Saved data entries
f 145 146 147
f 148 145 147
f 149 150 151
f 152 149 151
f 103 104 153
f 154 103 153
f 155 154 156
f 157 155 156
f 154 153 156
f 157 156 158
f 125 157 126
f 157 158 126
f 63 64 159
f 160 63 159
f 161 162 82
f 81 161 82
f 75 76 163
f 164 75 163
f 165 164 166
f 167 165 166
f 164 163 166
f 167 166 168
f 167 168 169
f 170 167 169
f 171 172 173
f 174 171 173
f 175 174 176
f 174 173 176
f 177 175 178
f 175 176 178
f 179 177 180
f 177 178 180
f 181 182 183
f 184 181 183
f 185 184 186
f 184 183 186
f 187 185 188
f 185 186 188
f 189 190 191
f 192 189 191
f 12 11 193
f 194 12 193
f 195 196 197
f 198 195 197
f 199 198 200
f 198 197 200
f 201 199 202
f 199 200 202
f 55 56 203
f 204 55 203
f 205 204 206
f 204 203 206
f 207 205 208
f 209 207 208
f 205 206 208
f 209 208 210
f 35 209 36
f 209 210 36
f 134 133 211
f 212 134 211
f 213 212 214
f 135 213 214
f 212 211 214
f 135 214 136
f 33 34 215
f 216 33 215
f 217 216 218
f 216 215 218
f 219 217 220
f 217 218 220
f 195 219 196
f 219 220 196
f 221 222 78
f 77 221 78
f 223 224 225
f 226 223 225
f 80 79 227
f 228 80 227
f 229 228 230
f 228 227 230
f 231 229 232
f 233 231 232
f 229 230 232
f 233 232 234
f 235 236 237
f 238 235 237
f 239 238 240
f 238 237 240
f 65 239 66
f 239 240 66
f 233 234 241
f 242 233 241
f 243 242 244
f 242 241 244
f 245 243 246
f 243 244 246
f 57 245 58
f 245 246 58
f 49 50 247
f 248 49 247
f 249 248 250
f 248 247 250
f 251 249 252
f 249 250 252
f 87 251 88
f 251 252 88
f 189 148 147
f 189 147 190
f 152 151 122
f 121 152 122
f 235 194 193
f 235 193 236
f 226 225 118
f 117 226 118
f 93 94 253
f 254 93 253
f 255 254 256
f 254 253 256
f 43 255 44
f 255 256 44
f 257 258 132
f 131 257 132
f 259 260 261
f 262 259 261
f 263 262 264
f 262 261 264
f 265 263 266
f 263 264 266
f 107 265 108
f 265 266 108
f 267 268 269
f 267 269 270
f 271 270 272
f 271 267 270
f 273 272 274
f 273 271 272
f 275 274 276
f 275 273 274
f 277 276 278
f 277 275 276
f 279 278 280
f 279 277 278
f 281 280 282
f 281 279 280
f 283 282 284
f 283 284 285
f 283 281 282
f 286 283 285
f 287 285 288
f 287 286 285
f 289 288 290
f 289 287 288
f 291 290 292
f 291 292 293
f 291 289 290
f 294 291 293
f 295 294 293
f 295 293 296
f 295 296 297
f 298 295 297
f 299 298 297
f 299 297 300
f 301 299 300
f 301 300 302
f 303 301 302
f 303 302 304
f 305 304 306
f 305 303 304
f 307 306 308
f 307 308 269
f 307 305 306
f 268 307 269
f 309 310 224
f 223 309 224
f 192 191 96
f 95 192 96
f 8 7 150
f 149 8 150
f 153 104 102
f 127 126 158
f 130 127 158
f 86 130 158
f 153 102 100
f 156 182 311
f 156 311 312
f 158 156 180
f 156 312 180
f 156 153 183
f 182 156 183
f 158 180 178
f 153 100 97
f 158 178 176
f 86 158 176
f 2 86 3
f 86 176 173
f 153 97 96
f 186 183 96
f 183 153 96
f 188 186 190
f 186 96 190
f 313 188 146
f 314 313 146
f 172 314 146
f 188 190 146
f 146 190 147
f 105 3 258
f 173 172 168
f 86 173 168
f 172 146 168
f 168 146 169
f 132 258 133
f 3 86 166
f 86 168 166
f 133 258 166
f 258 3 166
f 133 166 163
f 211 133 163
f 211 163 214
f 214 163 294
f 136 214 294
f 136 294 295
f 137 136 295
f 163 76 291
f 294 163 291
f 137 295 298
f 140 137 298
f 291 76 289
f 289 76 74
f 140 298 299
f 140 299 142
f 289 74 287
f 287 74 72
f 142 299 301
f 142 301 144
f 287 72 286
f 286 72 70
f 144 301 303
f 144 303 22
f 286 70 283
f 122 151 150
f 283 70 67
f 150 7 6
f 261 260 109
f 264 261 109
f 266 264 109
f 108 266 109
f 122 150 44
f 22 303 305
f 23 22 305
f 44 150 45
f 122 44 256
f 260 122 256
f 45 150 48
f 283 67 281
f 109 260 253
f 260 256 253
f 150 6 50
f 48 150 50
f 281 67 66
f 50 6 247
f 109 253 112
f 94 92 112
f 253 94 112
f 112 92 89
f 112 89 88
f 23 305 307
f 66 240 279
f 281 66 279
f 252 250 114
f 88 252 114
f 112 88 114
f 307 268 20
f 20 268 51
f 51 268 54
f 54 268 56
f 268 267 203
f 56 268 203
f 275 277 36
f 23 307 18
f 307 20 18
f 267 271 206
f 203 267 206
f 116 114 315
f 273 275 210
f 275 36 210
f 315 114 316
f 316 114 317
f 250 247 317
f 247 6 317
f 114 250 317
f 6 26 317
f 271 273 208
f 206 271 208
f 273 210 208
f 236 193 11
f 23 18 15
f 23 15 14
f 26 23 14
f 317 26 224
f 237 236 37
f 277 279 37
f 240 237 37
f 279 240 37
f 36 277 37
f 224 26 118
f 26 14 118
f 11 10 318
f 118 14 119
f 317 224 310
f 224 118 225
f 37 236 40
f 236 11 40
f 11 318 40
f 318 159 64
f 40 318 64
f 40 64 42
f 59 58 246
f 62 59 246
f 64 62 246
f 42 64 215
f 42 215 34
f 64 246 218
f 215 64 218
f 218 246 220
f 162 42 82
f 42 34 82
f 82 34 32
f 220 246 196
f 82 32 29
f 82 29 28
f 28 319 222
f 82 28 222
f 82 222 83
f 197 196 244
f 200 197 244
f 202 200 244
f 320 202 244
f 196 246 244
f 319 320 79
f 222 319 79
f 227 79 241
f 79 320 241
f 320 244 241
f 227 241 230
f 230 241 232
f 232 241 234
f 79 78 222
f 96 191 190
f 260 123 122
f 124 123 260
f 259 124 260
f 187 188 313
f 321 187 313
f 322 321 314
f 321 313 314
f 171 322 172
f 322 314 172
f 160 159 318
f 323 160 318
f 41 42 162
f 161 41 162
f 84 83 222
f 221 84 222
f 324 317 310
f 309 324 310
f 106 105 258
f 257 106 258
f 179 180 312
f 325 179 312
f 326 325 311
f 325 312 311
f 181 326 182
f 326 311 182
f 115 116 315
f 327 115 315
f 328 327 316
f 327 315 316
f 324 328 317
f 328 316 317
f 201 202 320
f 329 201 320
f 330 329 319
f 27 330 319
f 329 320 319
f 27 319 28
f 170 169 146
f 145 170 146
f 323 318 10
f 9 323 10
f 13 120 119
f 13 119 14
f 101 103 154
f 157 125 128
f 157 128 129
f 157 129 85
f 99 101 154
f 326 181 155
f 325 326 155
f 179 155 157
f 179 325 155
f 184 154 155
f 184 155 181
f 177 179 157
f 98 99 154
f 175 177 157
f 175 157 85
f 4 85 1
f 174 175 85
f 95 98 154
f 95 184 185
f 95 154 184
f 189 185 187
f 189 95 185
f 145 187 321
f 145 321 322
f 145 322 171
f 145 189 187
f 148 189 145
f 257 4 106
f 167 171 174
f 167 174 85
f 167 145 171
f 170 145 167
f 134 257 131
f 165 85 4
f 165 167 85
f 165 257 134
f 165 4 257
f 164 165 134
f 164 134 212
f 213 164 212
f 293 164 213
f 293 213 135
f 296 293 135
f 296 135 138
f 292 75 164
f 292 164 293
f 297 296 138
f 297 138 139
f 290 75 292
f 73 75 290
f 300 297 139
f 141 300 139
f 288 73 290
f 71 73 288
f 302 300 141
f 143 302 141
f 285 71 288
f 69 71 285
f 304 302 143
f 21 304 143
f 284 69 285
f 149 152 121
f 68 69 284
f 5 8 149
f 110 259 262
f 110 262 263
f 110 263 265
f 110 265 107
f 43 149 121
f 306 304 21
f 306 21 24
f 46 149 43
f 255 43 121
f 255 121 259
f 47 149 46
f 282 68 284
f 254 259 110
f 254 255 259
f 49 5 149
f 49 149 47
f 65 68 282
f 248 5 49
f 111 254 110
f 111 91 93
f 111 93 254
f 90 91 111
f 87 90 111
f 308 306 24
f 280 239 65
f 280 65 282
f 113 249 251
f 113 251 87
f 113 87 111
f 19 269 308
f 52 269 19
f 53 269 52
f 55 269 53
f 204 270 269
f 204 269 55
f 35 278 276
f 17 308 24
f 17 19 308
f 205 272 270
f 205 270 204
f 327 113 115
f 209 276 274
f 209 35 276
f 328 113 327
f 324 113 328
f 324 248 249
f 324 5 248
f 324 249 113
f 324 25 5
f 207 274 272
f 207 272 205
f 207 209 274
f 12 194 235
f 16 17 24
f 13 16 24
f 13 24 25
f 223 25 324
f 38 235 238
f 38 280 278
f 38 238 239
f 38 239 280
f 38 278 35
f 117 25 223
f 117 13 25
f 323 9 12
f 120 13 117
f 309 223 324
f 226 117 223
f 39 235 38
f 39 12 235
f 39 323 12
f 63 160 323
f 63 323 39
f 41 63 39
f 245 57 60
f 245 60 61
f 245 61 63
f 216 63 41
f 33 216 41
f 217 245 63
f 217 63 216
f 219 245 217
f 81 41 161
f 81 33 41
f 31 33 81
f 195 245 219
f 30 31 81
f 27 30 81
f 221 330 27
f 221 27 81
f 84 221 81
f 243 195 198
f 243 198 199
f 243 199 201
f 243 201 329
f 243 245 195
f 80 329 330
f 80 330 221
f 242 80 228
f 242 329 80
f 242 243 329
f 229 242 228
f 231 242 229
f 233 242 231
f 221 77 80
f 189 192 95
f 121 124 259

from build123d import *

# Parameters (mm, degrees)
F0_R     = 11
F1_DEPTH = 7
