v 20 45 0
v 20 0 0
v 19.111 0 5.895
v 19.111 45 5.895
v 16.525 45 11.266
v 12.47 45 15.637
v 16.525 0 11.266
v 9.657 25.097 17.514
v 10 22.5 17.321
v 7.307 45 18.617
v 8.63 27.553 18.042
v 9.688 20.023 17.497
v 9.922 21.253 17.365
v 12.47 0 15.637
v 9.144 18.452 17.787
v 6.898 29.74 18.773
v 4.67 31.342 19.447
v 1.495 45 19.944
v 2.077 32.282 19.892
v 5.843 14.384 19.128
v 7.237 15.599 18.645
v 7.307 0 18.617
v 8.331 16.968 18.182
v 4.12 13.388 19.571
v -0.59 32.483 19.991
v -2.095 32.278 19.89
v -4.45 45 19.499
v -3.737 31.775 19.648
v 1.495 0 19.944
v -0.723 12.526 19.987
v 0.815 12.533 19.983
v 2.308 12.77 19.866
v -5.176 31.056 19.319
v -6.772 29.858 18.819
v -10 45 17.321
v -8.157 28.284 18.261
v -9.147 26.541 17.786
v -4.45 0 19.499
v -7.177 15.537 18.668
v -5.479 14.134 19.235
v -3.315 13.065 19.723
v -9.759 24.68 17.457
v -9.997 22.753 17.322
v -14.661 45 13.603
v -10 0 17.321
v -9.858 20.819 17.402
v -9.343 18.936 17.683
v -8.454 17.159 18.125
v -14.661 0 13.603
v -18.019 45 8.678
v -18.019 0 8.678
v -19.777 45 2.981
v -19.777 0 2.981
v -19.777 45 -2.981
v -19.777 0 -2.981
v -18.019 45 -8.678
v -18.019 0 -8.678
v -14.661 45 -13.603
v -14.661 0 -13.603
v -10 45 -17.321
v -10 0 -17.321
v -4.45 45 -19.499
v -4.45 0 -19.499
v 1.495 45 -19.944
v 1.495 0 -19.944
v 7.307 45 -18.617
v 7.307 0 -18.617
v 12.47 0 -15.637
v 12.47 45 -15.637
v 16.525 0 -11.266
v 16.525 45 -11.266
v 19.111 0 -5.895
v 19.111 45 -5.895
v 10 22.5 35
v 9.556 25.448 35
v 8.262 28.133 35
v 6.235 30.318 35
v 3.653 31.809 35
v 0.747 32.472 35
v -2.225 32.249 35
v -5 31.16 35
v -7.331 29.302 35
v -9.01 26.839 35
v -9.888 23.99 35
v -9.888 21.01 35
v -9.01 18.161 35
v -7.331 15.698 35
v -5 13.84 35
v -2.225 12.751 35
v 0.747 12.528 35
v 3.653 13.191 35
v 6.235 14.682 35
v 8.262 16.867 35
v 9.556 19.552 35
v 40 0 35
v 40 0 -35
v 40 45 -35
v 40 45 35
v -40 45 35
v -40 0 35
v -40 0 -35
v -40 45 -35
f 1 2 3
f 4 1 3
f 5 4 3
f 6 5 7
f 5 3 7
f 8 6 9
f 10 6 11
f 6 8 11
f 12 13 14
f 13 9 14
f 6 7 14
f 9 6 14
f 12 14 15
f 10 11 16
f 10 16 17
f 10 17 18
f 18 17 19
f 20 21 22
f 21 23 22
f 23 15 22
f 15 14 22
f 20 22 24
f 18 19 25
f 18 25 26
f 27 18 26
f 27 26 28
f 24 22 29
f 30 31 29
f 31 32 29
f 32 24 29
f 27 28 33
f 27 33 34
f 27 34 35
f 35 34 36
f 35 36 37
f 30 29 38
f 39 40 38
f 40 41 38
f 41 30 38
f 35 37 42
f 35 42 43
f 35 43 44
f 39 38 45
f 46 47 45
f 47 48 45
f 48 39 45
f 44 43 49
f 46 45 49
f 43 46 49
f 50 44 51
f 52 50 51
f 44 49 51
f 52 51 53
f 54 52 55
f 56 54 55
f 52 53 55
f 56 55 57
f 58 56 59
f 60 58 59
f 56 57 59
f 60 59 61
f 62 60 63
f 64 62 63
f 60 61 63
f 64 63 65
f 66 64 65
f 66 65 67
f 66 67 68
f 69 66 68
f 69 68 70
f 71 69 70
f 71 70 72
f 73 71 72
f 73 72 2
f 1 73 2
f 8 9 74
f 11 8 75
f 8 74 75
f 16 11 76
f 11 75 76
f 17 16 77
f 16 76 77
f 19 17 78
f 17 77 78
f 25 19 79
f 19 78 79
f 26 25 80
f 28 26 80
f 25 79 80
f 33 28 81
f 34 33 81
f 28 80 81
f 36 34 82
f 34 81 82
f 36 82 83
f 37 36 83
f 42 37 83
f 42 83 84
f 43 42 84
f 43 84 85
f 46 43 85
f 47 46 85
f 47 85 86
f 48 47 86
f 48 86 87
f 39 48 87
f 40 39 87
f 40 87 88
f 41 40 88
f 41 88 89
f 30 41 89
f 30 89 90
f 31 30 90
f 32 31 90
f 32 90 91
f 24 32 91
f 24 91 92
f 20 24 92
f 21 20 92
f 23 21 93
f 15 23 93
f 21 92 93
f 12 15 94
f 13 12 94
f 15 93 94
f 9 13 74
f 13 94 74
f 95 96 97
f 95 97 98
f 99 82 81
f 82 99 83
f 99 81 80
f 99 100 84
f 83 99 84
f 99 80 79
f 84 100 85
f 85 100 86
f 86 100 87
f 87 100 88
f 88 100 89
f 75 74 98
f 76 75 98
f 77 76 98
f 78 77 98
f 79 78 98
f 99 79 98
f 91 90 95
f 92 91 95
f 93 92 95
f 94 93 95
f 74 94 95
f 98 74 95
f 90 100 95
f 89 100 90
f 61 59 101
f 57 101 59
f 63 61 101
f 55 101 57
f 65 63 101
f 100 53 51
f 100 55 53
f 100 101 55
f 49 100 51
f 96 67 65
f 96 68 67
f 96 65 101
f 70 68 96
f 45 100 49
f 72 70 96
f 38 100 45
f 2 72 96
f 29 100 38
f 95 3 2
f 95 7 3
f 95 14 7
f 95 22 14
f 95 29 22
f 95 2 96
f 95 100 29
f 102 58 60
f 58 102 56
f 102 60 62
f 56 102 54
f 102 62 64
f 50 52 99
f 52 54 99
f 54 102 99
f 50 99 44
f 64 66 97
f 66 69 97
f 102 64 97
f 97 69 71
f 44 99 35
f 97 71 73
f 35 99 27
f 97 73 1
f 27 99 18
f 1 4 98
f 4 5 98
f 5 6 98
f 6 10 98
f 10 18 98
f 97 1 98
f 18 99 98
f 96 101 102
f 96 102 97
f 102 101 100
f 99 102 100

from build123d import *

# Parameters (mm, degrees)
F0_W     = 80
F0_H     = 70
F1_DEPTH = 45
F2_R     = 20
F3_DEPTH = 45.001
F4_R     = 10
F5_DEPTH = 25


with BuildPart() as f1:
    # F0 (on Front) → F1 (new body)
    with BuildSketch(Plane.XZ):
        Rectangle(F0_W, F0_H)
    extrude(amount=-F1_DEPTH)

    # F2 (on face) → F3 (cut, through all)
    with BuildSketch(Plane.XZ):
        Circle(F2_R)
    extrude(amount=-F3_DEPTH, mode=Mode.SUBTRACT)

    # F4 (on face) → F5 (cut)
    with BuildSketch(Plane.XY.offset(35)):
        with Locations((0, 22.5)):
            Circle(F4_R)
    extrude(amount=-F5_DEPTH, mode=Mode.SUBTRACT)


solid = f1.part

Work to complete: Your reply must contain exactly the lines from the first line of the data through the line holding "f 228 227 230", and nothing more.

Exercise result:
f 145 146 147
f 148 145 147
f 149 150 151
f 152 149 151
f 103 104 153
f 154 103 153
f 155 154 156
f 157 155 156
f 154 153 156
f 157 156 158
f 125 157 126
f 157 158 126
f 63 64 159
f 160 63 159
f 161 162 82
f 81 161 82
f 75 76 163
f 164 75 163
f 165 164 166
f 167 165 166
f 164 163 166
f 167 166 168
f 167 168 169
f 170 167 169
f 171 172 173
f 174 171 173
f 175 174 176
f 174 173 176
f 177 175 178
f 175 176 178
f 179 177 180
f 177 178 180
f 181 182 183
f 184 181 183
f 185 184 186
f 184 183 186
f 187 185 188
f 185 186 188
f 189 190 191
f 192 189 191
f 12 11 193
f 194 12 193
f 195 196 197
f 198 195 197
f 199 198 200
f 198 197 200
f 201 199 202
f 199 200 202
f 55 56 203
f 204 55 203
f 205 204 206
f 204 203 206
f 207 205 208
f 209 207 208
f 205 206 208
f 209 208 210
f 35 209 36
f 209 210 36
f 134 133 211
f 212 134 211
f 213 212 214
f 135 213 214
f 212 211 214
f 135 214 136
f 33 34 215
f 216 33 215
f 217 216 218
f 216 215 218
f 219 217 220
f 217 218 220
f 195 219 196
f 219 220 196
f 221 222 78
f 77 221 78
f 223 224 225
f 226 223 225
f 80 79 227
f 228 80 227
f 229 228 230
f 228 227 230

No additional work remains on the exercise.